In the present ease, each page of the Cameron County judgment contains a round seal stating “County Court at Law No. 2 of Cameron County, Texas.” The seal may have originally been raised, and appears to have been darkened for photocopying purposes. This round seal was placed over a stamp that states:
A CERTIFIED COPY
Attest: June 8th, 1994. JOE G. RIVERA, County Clerk Cameron County, Texas
By Irene Dlz Deputy
The underlined portions represent blank spaces that were filled by handwritten notations. It is not contested that this document, at the instant of its fax transmission, was a certified copy adhering to the requirements of rule 902(1). The State correctly points out that had it been picked up or mailed rather than transmitted via fax, its authentication would not have been an issue.

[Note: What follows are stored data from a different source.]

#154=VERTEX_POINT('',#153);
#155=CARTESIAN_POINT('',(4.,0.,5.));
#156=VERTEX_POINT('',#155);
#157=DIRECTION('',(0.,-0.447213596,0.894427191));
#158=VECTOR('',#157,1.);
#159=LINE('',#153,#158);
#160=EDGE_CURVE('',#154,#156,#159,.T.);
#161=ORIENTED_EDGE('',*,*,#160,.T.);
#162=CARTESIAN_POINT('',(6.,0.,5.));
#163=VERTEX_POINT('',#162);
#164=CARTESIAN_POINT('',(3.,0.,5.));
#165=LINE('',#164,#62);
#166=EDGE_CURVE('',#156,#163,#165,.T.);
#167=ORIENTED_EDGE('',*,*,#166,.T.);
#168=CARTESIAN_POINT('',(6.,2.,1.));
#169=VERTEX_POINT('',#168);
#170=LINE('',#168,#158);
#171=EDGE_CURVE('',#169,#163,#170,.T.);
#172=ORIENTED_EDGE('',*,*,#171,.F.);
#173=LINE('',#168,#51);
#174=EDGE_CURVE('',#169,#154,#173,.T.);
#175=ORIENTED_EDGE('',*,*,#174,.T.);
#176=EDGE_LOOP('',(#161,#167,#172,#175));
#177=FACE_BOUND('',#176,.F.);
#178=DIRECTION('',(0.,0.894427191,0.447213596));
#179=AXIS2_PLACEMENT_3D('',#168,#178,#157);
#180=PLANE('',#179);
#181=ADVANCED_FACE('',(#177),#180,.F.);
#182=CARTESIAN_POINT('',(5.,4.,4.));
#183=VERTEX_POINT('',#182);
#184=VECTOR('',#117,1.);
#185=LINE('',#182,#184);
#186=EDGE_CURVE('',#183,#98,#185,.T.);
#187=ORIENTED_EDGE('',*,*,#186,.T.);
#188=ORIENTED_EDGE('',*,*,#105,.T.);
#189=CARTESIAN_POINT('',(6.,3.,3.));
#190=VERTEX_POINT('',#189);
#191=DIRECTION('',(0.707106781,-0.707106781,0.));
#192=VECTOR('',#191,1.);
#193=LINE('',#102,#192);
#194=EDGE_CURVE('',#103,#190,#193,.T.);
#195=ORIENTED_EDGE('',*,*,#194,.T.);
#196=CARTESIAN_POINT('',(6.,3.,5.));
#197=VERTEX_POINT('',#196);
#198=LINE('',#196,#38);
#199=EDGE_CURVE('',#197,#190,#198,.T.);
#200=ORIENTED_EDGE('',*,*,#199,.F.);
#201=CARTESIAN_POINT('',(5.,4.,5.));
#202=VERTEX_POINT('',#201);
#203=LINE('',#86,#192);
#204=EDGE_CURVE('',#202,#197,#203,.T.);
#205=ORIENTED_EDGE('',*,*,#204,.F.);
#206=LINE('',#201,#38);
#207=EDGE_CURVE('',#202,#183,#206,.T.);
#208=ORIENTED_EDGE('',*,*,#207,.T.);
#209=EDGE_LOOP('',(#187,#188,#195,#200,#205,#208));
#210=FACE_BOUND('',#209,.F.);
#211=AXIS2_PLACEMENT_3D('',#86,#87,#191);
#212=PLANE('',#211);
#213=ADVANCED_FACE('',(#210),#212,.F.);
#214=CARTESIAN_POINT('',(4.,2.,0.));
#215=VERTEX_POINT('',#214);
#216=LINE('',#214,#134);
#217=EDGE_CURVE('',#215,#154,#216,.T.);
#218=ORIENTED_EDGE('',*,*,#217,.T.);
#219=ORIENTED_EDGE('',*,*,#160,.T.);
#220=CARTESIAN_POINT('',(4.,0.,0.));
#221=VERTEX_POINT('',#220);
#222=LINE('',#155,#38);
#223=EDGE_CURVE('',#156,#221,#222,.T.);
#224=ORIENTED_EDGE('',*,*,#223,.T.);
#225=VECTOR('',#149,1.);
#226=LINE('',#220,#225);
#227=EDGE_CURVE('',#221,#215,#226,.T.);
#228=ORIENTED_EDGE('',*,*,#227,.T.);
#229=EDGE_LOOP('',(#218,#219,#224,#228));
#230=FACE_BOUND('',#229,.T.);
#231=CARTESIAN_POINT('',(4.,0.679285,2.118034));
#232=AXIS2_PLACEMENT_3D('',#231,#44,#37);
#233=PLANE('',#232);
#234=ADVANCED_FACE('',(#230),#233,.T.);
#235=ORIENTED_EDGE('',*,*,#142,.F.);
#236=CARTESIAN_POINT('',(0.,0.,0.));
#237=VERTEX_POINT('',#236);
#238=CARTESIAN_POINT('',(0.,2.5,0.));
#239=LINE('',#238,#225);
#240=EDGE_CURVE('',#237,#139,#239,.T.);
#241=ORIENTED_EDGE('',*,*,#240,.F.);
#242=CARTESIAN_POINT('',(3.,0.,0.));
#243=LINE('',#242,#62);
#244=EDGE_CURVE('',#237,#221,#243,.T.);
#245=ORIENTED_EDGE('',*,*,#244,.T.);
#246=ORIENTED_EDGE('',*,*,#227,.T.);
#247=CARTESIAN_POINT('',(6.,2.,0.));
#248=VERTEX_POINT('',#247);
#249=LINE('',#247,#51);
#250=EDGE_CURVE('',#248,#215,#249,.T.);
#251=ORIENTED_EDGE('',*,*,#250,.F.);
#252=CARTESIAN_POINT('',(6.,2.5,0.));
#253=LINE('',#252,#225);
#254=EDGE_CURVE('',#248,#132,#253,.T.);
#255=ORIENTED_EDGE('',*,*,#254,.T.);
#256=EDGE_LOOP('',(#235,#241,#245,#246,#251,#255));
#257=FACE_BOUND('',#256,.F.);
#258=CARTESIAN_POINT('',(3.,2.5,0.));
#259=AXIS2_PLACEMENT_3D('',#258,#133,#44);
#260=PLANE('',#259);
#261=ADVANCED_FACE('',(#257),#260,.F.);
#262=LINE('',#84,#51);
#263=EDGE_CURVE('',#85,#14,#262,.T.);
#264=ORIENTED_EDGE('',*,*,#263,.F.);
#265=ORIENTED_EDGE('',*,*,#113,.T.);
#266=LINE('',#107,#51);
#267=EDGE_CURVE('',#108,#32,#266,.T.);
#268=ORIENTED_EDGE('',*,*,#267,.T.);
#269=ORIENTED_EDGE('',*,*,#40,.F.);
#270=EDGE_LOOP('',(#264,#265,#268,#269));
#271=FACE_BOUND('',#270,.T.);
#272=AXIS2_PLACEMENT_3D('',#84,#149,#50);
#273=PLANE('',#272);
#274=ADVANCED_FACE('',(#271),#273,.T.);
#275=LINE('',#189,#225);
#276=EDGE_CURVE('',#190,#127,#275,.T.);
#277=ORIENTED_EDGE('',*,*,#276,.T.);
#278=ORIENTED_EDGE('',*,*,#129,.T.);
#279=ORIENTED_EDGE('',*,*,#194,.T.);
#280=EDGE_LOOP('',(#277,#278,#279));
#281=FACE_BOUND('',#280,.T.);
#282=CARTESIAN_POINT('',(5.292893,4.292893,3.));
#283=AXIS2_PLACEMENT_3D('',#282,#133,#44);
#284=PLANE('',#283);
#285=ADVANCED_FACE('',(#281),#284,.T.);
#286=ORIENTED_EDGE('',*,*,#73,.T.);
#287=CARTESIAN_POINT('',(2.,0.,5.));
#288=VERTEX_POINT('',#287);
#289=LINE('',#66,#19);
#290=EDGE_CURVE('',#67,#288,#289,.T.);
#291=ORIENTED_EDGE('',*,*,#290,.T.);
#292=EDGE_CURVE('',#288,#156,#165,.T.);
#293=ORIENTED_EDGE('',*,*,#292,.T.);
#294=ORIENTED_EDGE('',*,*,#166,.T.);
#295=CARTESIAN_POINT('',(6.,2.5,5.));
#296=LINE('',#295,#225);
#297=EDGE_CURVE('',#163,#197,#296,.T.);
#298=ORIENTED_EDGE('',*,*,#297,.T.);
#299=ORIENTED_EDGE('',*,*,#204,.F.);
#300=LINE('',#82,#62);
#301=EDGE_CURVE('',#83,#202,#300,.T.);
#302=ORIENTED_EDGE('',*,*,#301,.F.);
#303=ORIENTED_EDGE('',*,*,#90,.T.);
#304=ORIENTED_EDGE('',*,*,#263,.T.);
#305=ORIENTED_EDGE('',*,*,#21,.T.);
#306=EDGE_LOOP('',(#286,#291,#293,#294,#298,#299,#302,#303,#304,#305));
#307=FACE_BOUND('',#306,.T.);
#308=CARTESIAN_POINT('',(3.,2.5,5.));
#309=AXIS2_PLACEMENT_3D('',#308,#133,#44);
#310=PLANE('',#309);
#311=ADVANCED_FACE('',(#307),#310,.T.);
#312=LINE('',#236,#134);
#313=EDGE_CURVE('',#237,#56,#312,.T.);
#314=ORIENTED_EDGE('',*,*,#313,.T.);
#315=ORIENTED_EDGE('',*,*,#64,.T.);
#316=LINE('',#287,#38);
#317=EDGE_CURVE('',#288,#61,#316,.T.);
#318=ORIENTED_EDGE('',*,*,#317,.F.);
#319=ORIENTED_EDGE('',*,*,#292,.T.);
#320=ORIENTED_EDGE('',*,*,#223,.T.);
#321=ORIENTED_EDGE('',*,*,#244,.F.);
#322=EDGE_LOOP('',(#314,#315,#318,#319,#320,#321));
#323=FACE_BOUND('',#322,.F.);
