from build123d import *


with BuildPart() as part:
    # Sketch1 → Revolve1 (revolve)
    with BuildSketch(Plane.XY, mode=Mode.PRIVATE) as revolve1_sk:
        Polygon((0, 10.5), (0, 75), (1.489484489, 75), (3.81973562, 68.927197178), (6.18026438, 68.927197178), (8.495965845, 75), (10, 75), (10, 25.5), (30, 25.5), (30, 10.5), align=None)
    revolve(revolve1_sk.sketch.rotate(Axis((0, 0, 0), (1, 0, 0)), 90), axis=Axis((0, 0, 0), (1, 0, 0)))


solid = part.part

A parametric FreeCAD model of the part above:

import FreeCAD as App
import Part
import Sketcher

V = App.Vector
Q = App.Units.Quantity

doc = App.newDocument("Part")
body = doc.addObject("PartDesign::Body", "Body")

# Sketch on XY plane
sketch1 = doc.addObject("Sketcher::SketchObject", "Sketch")
body.addObject(sketch1)
sketch1.AttachmentSupport = (doc.XY_Plane, [""])
sketch1.MapMode = "FlatFace"
sketch1.addGeometry(Part.LineSegment(V(0, 75, 0), V(0, 10.5, 0)), False)
sketch1.addGeometry(Part.LineSegment(V(0, 10.5, 0), V(30, 10.5, 0)), False)
sketch1.addGeometry(Part.LineSegment(V(30, 10.5, 0), V(30, 25.5, 0)), False)
sketch1.addGeometry(Part.LineSegment(V(30, 25.5, 0), V(10, 25.5, 0)), False)
sketch1.addGeometry(Part.LineSegment(V(10, 25.5, 0), V(10, 75, 0)), False)
sketch1.addGeometry(Part.LineSegment(V(10, 75, 0), V(8.5, 75, 0)), False)
sketch1.addGeometry(Part.LineSegment(V(8.5, 75, 0), V(6.2, 68.9, 0)), False)
sketch1.addGeometry(Part.LineSegment(V(6.2, 68.9, 0), V(3.8, 68.9, 0)), False)
sketch1.addGeometry(Part.LineSegment(V(3.8, 68.9, 0), V(1.5, 75, 0)), False)
sketch1.addGeometry(Part.LineSegment(V(1.5, 75, 0), V(0, 75, 0)), False)
sketch1.addConstraint(Sketcher.Constraint("Coincident", 0, 2, 1, 1))
sketch1.addConstraint(Sketcher.Constraint("Coincident", 1, 2, 2, 1))
sketch1.addConstraint(Sketcher.Constraint("Coincident", 2, 2, 3, 1))
sketch1.addConstraint(Sketcher.Constraint("Coincident", 3, 2, 4, 1))
sketch1.addConstraint(Sketcher.Constraint("Coincident", 4, 2, 5, 1))
sketch1.addConstraint(Sketcher.Constraint("Coincident", 5, 2, 6, 1))
sketch1.addConstraint(Sketcher.Constraint("Coincident", 6, 2, 7, 1))
sketch1.addConstraint(Sketcher.Constraint("Coincident", 7, 2, 8, 1))
sketch1.addConstraint(Sketcher.Constraint("Coincident", 8, 2, 9, 1))
sketch1.addConstraint(Sketcher.Constraint("Coincident", 9, 2, 0, 1))
sketch1.addConstraint(Sketcher.Constraint("Vertical", 0))
sketch1.addConstraint(Sketcher.Constraint("Horizontal", 1))
sketch1.addConstraint(Sketcher.Constraint("Vertical", 2))
sketch1.addConstraint(Sketcher.Constraint("Horizontal", 3))
sketch1.addConstraint(Sketcher.Constraint("Vertical", 4))
sketch1.addConstraint(Sketcher.Constraint("Horizontal", 5))
sketch1.addConstraint(Sketcher.Constraint("Horizontal", 7))
sketch1.addConstraint(Sketcher.Constraint("Horizontal", 9))
sketch1.addConstraint(Sketcher.Constraint("PointOnObject", 0, 2, -2))
sketch1.addConstraint(Sketcher.Constraint("Horizontal", 5, 2, 8, 2))
sketch1.addConstraint(Sketcher.Constraint("DistanceX", 1, 1, 1, 2, Q("30 mm")))
sketch1.addConstraint(Sketcher.Constraint("DistanceX", 3, 2, 3, 1, Q("20 mm")))
sketch1.addConstraint(Sketcher.Constraint("DistanceY", 2, 1, 2, 2, Q("15 mm")))
sketch1.addConstraint(Sketcher.Constraint("DistanceY", 0, 2, 0, 1, Q("64.5 mm")))
sketch1.addConstraint(Sketcher.Constraint("DistanceY", -1, 1, 4, 2, Q("75 mm")))
sketch1.addConstraint(Sketcher.Constraint("DistanceX", 7, 2, 7, 1, Q("2.360529 mm")))
sketch1.addConstraint(Sketcher.Constraint("DistanceX", 6, 2, 5, 2, Q("2.315701 mm")))
sketch1.addConstraint(Sketcher.Constraint("Distance", 6, Q("6.499339 mm")))
sketch1.addConstraint(Sketcher.Constraint("DistanceX", 5, 2, 5, 1, Q("1.504034 mm")))
sketch1.addConstraint(Sketcher.Constraint("DistanceX", 9, 2, 9, 1, Q("1.489484 mm")))
revolution = doc.addObject("PartDesign::Revolution", "Revolution")
body.addObject(revolution)
revolution.Profile = sketch1
revolution.ReferenceAxis = (sketch1, ["H_Axis"])
revolution.Angle = 360

doc.recompute()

We conclude that the “certified copy” of the judgment was an “original” within the meaning of rule 1001(3), and the “fax copy” was a “duplicate” under rule 1001(4). The authentication or identification requirements of rules 901(a) and (b)(7) were complied with to the satisfaction of the trial court. In the circumstances of this case, there is no indication it would be “unfair” to admit the duplicate in lieu of the original. Therefore, under rule 1003, the trial court did not abuse its discretion when it concluded the fax copy (the duplicate) was admissible.
The dissent concludes that, as a matter of law, the State did not exercise reasonable diligence to obtain the original certified copy of the judgment, and therefore, under rule 1005, the faxed copy was not admissible. We respectfully disagree with the dissent’s construction of rule 1005.
In this case, a certified copy of the judgment was created; there is no question that such a certified copy exists. Therefore, rule 1005 was complied with. Rule 1003 specifically allows a duplicate of that original certified copy to be admitted, under the circumstances of this ease. Accordingly, the trial court did not abuse its discretion in overruling appellant’s objection.
We overrule appellant’s sole point of error, and affirm the order revoking probation.
HUTSON-DUNN and WILSON, JJ., join in this opinion. COHEN, J., concurs, with HEDGES, J., joining the concurring opinion. TAFT, J., dissents, with OLIVER-PARROTT, C.J., and O’CONNOR and ANDELL, JJ., joining the dissenting opinion.. The only evidence of "injurious habits” was the disputed Cameron County DWI judgment.